Atherothrombosis and Vascular Biology, Baker Heart and Diabetes Institute, Melbourne, Victoria, Australia.
Haematopoiesis and Leukocyte Biology, Baker Heart & Diabetes Institute, Melbourne, Victoria, Australia.
J Thromb Haemost. 2017 May;15(5):972-982. doi: 10.1111/jth.13666. Epub 2017 Apr 9.
Essentials Vessel stenosis due to large thrombus formation increases local shear 1-2 orders of magnitude. High shear at stenotic sites was exploited to trigger eptifibatide release from nanocapsules. Local delivery of eptifibatide prevented vessel occlusion without increased tail bleeding times. Local nanocapsule delivery of eptifibatide may be safer than systemic antiplatelet therapies.
Background Myocardial infarction and stroke remain the leading causes of mortality and morbidity. The major limitation of current antiplatelet therapy is that the effective concentrations are limited because of bleeding complications. Targeted delivery of antiplatelet drug to sites of thrombosis would overcome these limitations. Objectives Here, we have exploited a key biomechanical feature specific to thrombosis, i.e. significantly increased blood shear stress resulting from a reduction in the lumen of the vessel, to achieve site-directed delivery of the clinically used antiplatelet agent eptifibatide by using shear-sensitive phosphatidylcholine (PC)-based nanocapsules. Methods PC-based nanocapsules (2.8 × 10 ) with high-dose encapsulated eptifibatide were introduced into microfluidic blood perfusion assays and into in vivo models of thrombosis and tail bleeding. Results Shear-triggered nanocapsule delivery of eptifibatide inhibited in vitro thrombus formation selectively under stenotic and high shear flow conditions above a shear rate of 1000 s while leaving thrombus formation under physiologic shear rates unaffected. Thrombosis was effectively prevented in in vivo models of vessel wall damage. Importantly, mice infused with shear-sensitive antiplatelet nanocapsules did not show prolonged bleeding times. Conclusions Targeted delivery of eptifibatide by shear-sensitive nanocapsules offers site-specific antiplatelet potential, and may form a basis for developing more potent and safer antiplatelet drugs.
由于形成大血栓导致的血管狭窄会使局部剪切力增加 1-2 个数量级。在狭窄部位利用高剪切力触发纳米胶囊中依替巴肽的释放。局部给予依替巴肽可防止血管闭塞而不增加尾部出血时间。局部纳米胶囊给予依替巴肽可能比全身抗血小板治疗更安全。
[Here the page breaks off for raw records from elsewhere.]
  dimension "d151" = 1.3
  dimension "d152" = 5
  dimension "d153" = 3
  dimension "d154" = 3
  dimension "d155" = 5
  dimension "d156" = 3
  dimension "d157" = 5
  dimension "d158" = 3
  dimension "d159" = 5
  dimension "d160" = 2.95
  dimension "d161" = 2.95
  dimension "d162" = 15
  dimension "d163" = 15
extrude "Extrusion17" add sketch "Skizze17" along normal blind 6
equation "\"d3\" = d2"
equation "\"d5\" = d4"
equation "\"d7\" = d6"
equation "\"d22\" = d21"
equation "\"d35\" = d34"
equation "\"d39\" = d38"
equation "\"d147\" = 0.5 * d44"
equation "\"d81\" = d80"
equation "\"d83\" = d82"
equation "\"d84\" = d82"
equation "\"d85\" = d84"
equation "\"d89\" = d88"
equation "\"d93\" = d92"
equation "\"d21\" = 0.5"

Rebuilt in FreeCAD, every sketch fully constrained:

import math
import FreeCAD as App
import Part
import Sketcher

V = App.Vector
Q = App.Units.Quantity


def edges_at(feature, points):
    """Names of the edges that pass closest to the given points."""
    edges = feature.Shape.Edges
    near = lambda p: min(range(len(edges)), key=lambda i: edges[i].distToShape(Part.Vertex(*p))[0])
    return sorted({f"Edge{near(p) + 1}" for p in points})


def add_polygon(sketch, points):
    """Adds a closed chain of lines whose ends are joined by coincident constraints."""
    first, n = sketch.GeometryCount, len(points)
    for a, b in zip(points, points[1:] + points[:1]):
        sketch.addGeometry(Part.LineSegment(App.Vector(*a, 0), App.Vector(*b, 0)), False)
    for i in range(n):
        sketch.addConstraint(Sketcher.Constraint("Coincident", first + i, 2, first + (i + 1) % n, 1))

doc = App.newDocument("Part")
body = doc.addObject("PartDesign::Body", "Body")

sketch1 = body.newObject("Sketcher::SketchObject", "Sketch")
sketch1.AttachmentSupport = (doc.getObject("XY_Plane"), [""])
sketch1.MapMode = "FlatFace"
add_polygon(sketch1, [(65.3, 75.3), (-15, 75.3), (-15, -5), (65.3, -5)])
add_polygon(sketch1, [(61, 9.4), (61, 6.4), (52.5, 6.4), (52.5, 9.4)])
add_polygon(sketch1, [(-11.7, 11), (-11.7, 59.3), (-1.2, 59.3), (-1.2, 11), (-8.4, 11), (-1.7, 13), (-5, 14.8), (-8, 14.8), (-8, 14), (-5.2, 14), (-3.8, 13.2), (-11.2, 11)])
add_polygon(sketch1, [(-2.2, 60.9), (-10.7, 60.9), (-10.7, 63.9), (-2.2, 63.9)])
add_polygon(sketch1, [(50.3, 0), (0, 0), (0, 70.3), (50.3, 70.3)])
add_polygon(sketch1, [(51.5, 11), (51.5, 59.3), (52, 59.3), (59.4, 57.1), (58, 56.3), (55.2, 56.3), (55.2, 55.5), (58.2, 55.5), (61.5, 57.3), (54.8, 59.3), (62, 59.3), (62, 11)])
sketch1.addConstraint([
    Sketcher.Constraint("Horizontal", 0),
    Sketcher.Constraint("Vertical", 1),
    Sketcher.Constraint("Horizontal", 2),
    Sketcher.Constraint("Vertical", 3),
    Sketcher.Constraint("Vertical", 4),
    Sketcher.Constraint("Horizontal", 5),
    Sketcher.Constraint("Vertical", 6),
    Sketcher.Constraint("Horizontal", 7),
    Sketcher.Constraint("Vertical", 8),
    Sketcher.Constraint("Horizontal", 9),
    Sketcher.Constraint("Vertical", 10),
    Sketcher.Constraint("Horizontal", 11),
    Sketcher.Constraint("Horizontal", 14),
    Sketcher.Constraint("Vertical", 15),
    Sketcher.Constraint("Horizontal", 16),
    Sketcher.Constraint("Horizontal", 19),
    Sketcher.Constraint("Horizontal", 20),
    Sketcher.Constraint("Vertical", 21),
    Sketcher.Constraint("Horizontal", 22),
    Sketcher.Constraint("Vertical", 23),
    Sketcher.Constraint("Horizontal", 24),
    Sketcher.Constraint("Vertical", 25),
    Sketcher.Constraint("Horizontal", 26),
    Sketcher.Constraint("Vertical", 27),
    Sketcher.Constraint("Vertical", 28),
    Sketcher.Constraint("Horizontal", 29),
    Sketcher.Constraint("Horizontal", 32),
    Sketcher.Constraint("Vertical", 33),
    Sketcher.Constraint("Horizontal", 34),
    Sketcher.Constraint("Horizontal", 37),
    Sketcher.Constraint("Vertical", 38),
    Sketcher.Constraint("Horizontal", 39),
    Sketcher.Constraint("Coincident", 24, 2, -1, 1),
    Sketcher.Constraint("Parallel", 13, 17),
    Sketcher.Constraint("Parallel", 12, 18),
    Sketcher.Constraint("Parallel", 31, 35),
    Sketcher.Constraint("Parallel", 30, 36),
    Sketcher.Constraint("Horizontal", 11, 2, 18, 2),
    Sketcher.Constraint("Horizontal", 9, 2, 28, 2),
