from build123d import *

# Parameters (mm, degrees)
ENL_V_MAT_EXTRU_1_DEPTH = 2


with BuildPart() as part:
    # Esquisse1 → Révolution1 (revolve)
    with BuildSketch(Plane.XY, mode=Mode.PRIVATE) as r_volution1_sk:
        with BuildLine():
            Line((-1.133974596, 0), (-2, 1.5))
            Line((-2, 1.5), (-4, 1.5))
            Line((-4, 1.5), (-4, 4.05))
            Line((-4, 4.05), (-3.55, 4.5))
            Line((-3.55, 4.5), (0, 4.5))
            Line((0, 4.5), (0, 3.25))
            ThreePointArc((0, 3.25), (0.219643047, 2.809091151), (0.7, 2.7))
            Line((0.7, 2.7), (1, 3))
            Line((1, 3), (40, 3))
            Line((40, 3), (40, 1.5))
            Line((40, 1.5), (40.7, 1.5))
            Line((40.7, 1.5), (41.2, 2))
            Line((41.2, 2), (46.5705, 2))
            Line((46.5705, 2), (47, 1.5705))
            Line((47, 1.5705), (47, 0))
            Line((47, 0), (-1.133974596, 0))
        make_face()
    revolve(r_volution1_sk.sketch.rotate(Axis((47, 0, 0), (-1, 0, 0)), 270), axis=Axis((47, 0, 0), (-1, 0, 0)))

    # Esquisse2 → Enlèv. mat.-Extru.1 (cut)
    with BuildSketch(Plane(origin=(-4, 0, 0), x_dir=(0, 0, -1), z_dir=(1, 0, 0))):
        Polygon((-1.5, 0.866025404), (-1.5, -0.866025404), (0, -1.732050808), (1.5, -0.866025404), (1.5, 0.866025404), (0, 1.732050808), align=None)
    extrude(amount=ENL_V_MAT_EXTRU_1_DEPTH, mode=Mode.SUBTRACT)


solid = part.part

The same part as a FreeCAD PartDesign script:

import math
import FreeCAD as App
import Part
import Sketcher
Q = App.Units.Quantity


def add_polygon(sketch, points):
    """Adds a closed chain of lines whose ends are joined by coincident constraints."""
    first, n = sketch.GeometryCount, len(points)
    for a, b in zip(points, points[1:] + points[:1]):
        sketch.addGeometry(Part.LineSegment(App.Vector(*a, 0), App.Vector(*b, 0)), False)
    for i in range(n):
        sketch.addConstraint(Sketcher.Constraint("Coincident", first + i, 2, first + (i + 1) % n, 1))

doc = App.newDocument("Part")
body = doc.addObject("PartDesign::Body", "Body")

# Sketch on XY plane
sketch1 = doc.addObject("Sketcher::SketchObject", "Sketch")
body.addObject(sketch1)
sketch1.AttachmentSupport = (doc.XY_Plane, [""])
sketch1.MapMode = "FlatFace"
sketch1.addGeometry([
    Part.LineSegment(App.Vector(-2, 1.5, 0), App.Vector(-1.13, 0, 0)),  # 0
    Part.LineSegment(App.Vector(-1.13, 0, 0), App.Vector(47, 0, 0)),  # 1
    Part.LineSegment(App.Vector(47, 0, 0), App.Vector(47, 1.57, 0)),  # 2
    Part.LineSegment(App.Vector(47, 1.57, 0), App.Vector(46.57, 2, 0)),  # 3
    Part.LineSegment(App.Vector(46.57, 2, 0), App.Vector(41.2, 2, 0)),  # 4
    Part.LineSegment(App.Vector(41.2, 2, 0), App.Vector(40.7, 1.5, 0)),  # 5
    Part.LineSegment(App.Vector(40.7, 1.5, 0), App.Vector(40, 1.5, 0)),  # 6
    Part.LineSegment(App.Vector(40, 1.5, 0), App.Vector(40, 3, 0)),  # 7
    Part.LineSegment(App.Vector(40, 3, 0), App.Vector(1, 3, 0)),  # 8
    Part.LineSegment(App.Vector(1, 3, 0), App.Vector(0.7, 2.7, 0)),  # 9
    Part.ArcOfCircle(Part.Circle(App.Vector(0.57, 3.26, 0), App.Vector(0, 0, 1), 0.57), math.radians(-179), math.radians(-77)),  # 10
    Part.LineSegment(App.Vector(0, 3.25, 0), App.Vector(0, 4.5, 0)),  # 11
    Part.LineSegment(App.Vector(0, 4.5, 0), App.Vector(-3.55, 4.5, 0)),  # 12
    Part.LineSegment(App.Vector(-3.55, 4.5, 0), App.Vector(-4, 4.05, 0)),  # 13
    Part.LineSegment(App.Vector(-4, 4.05, 0), App.Vector(-4, 1.5, 0)),  # 14
    Part.LineSegment(App.Vector(-4, 1.5, 0), App.Vector(-2, 1.5, 0)),  # 15
], False)
sketch1.addConstraint([
    Sketcher.Constraint("Coincident", 0, 2, 1, 1),
    Sketcher.Constraint("Coincident", 1, 2, 2, 1),
    Sketcher.Constraint("Coincident", 2, 2, 3, 1),
    Sketcher.Constraint("Coincident", 3, 2, 4, 1),
    Sketcher.Constraint("Coincident", 4, 2, 5, 1),
    Sketcher.Constraint("Coincident", 5, 2, 6, 1),
    Sketcher.Constraint("Coincident", 6, 2, 7, 1),
    Sketcher.Constraint("Coincident", 7, 2, 8, 1),
    Sketcher.Constraint("Coincident", 8, 2, 9, 1),
    Sketcher.Constraint("Coincident", 9, 2, 10, 2),
    Sketcher.Constraint("Coincident", 10, 1, 11, 1),
    Sketcher.Constraint("Coincident", 11, 2, 12, 1),
    Sketcher.Constraint("Coincident", 12, 2, 13, 1),
    Sketcher.Constraint("Coincident", 13, 2, 14, 1),
    Sketcher.Constraint("Coincident", 14, 2, 15, 1),
    Sketcher.Constraint("Coincident", 15, 2, 0, 1),
    Sketcher.Constraint("Horizontal", 1),
    Sketcher.Constraint("Vertical", 2),
    Sketcher.Constraint("Horizontal", 4),
    Sketcher.Constraint("Horizontal", 6),
    Sketcher.Constraint("Vertical", 7),
    Sketcher.Constraint("Horizontal", 8),
    Sketcher.Constraint("Vertical", 11),
    Sketcher.Constraint("Horizontal", 12),
    Sketcher.Constraint("Vertical", 14),
    Sketcher.Constraint("Horizontal", 15),
    Sketcher.Constraint("PointOnObject", 0, 2, -1),
    Sketcher.Constraint("PointOnObject", 10, 1, -2),
    Sketcher.Constraint("Perpendicular", 3, 5),
    Sketcher.Constraint("Parallel", 5, 9),
    Sketcher.Constraint("Parallel", 9, 13),
    Sketcher.Constraint("Horizontal", 6, 2, 14, 2),
    Sketcher.Constraint("DistanceX", 8, 2, 8, 1, Q("39 mm")),
    Sketcher.Constraint("DistanceX", 15, 1, 15, 2, Q("2 mm")),
    Sketcher.Constraint("Angle", 0, Q("-60 deg")),
    Sketcher.Constraint("Angle", 3, Q("135 deg")),
    Sketcher.Constraint("DistanceX", 6, 2, 6, 1, Q("0.7 mm")),
    Sketcher.Constraint("DistanceY", 7, 1, 7, 2, Q("1.5 mm")),
    Sketcher.Constraint("DistanceX", -1, 1, 1, 2, Q("47 mm")),
    Sketcher.Constraint("DistanceY", -1, 1, 3, 2, Q("2 mm")),
    Sketcher.Constraint("DistanceX", -1, 1, 6, 2, Q("40 mm")),
    Sketcher.Constraint("DistanceY", -1, 1, 7, 2, Q("3 mm")),
    Sketcher.Constraint("DistanceX", 13, 2, -1, 1, Q("4 mm")),
    Sketcher.Constraint("Radius", 10, Q("0.575 mm")),
    Sketcher.Constraint("DistanceY", 14, 2, 12, 2, Q("3 mm")),
    Sketcher.Constraint("DistanceX", 12, 2, 12, 1, Q("3.55 mm")),
    Sketcher.Constraint("DistanceY", 11, 1, 11, 2, Q("1.25 mm")),
    Sketcher.Constraint("DistanceX", -1, 1, 9, 2, Q("0.7 mm")),
    Sketcher.Constraint("DistanceX", 4, 2, 4, 1, Q("5.3705 mm")),
])
revolution = doc.addObject("PartDesign::Revolution", "Revolution")
body.addObject(revolution)
revolution.Profile = sketch1
revolution.ReferenceAxis = (sketch1, ["H_Axis"])
revolution.Angle = 360

# Sketch on YZ plane
sketch2 = doc.addObject("Sketcher::SketchObject", "Sketch001")
body.addObject(sketch2)
sketch2.AttachmentSupport = (doc.YZ_Plane, [""])
sketch2.MapMode = "FlatFace"
sketch2.AttachmentOffset = App.Placement(App.Vector(0, 0, -4), App.Rotation())
add_polygon(sketch2, [(0.9, 1.5), (-0.9, 1.5), (-1.7, 0), (-0.9, -1.5), (0.9, -1.5), (1.7, 0)])  # lines 0-5
sketch2.addConstraint([
    Sketcher.Constraint("Horizontal", 0),
    Sketcher.Constraint("Horizontal", 3),
    Sketcher.Constraint("Symmetric", 0, 2, 3, 2, -1, 1),
    Sketcher.Constraint("Symmetric", 1, 2, 4, 2, -1, 1),
    Sketcher.Constraint("PointOnObject", 1, 2, -1),
    Sketcher.Constraint("Parallel", 2, 5),
    Sketcher.Constraint("Vertical", 0, 2, 2, 2),
    Sketcher.Constraint("Angle", 1, Q("-120 deg")),
    Sketcher.Constraint("DistanceY", 2, 2, 0, 2, Q("3 mm")),
    Sketcher.Constraint("DistanceX", 0, 2, 0, 1, Q("1.732051 mm")),
])
pocket1 = doc.addObject("PartDesign::Pocket", "Pocket")
body.addObject(pocket1)
pocket1.Profile = sketch2
pocket1.Length = 2
pocket1.Reversed = True

doc.recompute()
背景心肌梗死和中风仍然是死亡和发病的主要原因。目前抗血小板治疗的主要局限性在于由于出血并发症而使有效浓度受到限制。将抗血小板药物靶向递送到血栓部位将克服这些局限性。目的在这里,我们利用了血栓形成的一个关键生物力学特征,即由于血管内腔缩小而导致的血液剪切应力显著增加,通过使用对剪切力敏感的磷脂酰胆碱(PC)基纳米胶囊来实现临床使用的抗血小板药物依替巴肽的靶向递药。方法将载有高剂量包封依替巴肽的 PC 基纳米胶囊(2.8×10 )引入微流控血液灌注测定法和血栓形成及尾部出血的体内模型中。结果剪切力触发的依替巴肽纳米胶囊递药选择性地抑制了狭窄和高剪切流条件下的体外血栓形成,而在生理剪切率下的血栓形成不受影响。在血管壁损伤的体内模型中有效地预防了血栓形成。重要的是,输注对剪切力敏感的抗血小板纳米胶囊的小鼠没有出现延长的出血时间。结论通过对剪切力敏感的纳米胶囊进行靶向递药提供了特异性抗血小板的潜力,并可能为开发更有效和更安全的抗血小板药物提供基础。